I was your weight, but considerably shorter at 5'9". If you're not aggressively mountain biking like jumping, drops, etc. you don't really need a tank of a bike. I wouldn't recommend a Wal-Mart bike, but a nice rigid bike with gears, properly fitted by the shop, is night and day better than a cheap Wal-Mart bike. 

With regards to the baby carrier, you may want to reconsider that and get a trailer. I say this because the baby carrier has low weight limits, it's a pain to put on the bike and keep the kiddo together while keeping the bike upright. Additionally, putting the kiddo so high on the bike could increase the possibility of injury if you were to crash. The trailers attach to the chain stay or seatpost. There's a much lower chance of the kids getting hurt. Lastly, the trailer has a longer usable life span in that the kids can ride on it much longer. My 12 and 13 year olds ride their bikes, but the 2 year old and 5 year old just can keep up, so they ride in the trailer. It's a great workout with 80 lbs of kid and trailer behind you!


----------



## rodgeman (Mar 26, 2019)

Hi. I am a little bit taller and bigger. I suggest a Trek Marlin 5/6/7. The Trek Marlin 5 run $549 new - https://www.trekbikes.com/us/en_US/bikes/mountain-bikes/cross-country-mountain-bikes/marlin/marlin-5/p/23134/. I had a Marlin 6 in XXL I sold last month for $450. You might be able to find one used in your area.

A brand like Trek/Specialized/Giant will generally be a better quality bike than the Mongoose.

A Giant ATX 3 disk is $480 retail https://www.giant-bicycles.com/us/bikes-atx.

A Specialized Rockhopper is $500 - https://www.specialized.com/us/en/rockhopper-29/p/184115?color=291598-184115&searchText=91520-7802

The 29in tires will roll better and is better suited for your height. The costs of parts will be cheaper and the extra cost will give you a more durable and better bike. Check with your local bike shop for used bikes.

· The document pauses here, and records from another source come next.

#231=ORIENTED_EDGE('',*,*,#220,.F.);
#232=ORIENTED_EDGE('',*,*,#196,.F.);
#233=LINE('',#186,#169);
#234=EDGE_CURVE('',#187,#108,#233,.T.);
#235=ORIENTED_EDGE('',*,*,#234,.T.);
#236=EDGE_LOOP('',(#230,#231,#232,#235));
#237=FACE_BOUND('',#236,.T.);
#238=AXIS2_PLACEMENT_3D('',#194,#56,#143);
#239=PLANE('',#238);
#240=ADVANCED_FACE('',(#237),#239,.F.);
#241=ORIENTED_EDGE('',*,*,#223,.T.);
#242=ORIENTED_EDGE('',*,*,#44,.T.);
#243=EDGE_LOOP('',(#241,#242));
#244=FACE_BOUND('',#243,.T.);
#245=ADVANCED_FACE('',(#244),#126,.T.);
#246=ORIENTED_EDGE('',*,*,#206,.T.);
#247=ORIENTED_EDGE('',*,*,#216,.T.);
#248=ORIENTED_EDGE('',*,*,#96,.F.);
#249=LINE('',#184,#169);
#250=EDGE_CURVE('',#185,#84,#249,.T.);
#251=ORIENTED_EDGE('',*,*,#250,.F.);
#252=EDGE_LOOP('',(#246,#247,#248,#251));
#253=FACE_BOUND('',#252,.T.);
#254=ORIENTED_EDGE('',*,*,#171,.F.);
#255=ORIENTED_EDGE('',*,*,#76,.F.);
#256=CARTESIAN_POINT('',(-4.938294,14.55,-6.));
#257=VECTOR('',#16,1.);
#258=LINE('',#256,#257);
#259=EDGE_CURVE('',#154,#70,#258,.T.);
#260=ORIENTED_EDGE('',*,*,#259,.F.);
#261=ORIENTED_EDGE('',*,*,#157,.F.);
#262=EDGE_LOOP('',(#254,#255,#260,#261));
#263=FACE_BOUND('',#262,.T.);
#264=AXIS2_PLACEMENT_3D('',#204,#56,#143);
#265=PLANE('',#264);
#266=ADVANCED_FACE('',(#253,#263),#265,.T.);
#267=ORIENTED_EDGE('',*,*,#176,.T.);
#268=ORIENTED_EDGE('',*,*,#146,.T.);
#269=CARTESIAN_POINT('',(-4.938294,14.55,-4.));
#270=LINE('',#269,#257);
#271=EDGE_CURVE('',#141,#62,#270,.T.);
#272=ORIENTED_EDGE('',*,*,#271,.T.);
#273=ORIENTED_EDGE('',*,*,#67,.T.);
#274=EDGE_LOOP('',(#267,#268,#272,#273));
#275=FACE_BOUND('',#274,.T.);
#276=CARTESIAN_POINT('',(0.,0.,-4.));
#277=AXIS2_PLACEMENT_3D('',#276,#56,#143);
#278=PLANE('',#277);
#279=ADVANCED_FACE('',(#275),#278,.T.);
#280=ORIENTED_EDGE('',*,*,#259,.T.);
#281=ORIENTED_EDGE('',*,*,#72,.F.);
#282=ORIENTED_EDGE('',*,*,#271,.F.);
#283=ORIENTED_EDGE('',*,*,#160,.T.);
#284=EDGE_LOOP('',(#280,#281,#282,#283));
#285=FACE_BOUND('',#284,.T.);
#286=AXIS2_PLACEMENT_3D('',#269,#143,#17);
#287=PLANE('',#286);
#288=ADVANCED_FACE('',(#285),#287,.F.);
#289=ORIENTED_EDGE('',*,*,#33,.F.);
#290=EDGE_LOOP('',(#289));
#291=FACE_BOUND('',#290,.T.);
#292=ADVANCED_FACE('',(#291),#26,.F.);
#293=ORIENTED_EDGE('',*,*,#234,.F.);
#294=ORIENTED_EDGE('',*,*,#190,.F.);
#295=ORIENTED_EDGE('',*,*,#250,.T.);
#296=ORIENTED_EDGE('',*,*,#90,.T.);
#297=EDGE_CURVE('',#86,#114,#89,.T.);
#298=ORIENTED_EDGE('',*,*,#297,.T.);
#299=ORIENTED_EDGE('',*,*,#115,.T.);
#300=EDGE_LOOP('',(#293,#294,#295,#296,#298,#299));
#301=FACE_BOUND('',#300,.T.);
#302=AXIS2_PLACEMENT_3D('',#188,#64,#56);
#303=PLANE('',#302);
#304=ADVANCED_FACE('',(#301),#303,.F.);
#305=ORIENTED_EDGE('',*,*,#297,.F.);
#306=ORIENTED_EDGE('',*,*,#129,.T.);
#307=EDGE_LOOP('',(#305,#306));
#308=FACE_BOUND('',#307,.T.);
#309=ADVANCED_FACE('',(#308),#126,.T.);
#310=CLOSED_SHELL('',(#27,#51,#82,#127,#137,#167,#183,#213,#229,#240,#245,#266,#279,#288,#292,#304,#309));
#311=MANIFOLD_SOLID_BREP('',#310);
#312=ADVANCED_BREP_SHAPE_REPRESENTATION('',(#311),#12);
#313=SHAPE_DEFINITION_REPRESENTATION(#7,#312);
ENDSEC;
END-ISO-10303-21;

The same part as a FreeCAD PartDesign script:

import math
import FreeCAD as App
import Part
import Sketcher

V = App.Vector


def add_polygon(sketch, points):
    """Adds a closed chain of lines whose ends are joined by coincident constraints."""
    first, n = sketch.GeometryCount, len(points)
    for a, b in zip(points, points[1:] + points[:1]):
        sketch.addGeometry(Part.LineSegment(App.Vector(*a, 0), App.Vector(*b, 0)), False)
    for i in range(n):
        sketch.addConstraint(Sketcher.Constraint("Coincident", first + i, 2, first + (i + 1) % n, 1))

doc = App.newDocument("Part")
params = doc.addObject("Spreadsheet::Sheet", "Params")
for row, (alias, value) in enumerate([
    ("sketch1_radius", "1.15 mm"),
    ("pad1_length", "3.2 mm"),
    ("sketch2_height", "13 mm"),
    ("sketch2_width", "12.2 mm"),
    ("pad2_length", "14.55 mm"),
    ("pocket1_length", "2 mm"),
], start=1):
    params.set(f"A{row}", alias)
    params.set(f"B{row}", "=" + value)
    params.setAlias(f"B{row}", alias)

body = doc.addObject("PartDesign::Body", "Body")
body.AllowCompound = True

I also think finding a child trailer would be better than a child seat. Those pop up on craigslist and other sites. I hope this helps.


----------



## LandserX (May 26, 2020)

I aswell looking to buy some fat bike and imo Mongoose Dolomite is OP > but i have few problems with it
1. i'm 6.8 and 350 lbs - not sure if it will fit my hight (sure it can handle the weight)
2. it not avalible in my country and due to the pandemic, i cannot deliver it right now 
What i will do for now > buy Trek marlin 7 29 2020 and mod wheel\seat
but hopefully later this year i will order aswell Mongoose dolomite or Mongoose Argus Sport 

From my little research of webb the dolomite seems like the way to go with 6.2" 
(sadly delivery will cost me 200$ +- but i think it's worth it with my 6.8" )


----------



## brawlo (Mar 13, 2012)

LandserX said:


> I aswell looking to buy some fat bike and imo Mongoose Dolomite is OP > but i have few problems with it
> 1. i'm 6.8 and 350 lbs - not sure if it will fit my hight (sure it can handle the weight)
> 2. it not avalible in my country and due to the pandemic, i cannot deliver it right now
> What i will do for now > buy Trek marlin 7 29 2020 and mod wheel\seat
> ...


Where are you located? Pole make the Taiga which is a big fat bike. I ride a Pole Taival at 6'5" and it is a good fit and I think the Taiga has same/similar dimensions


----------



## LandserX (May 26, 2020)

brawlo said:


> Where are you located? Pole make the Taiga which is a big fat bike. I ride a Pole Taival at 6'5" and it is a good fit and I think the Taiga has same/similar dimensions


located in Ukraine, but the most cool part of Mongoose is its price, according to amazon price tracked i use it can be price_sniped for 317$ or something close for blue version (seller amazon)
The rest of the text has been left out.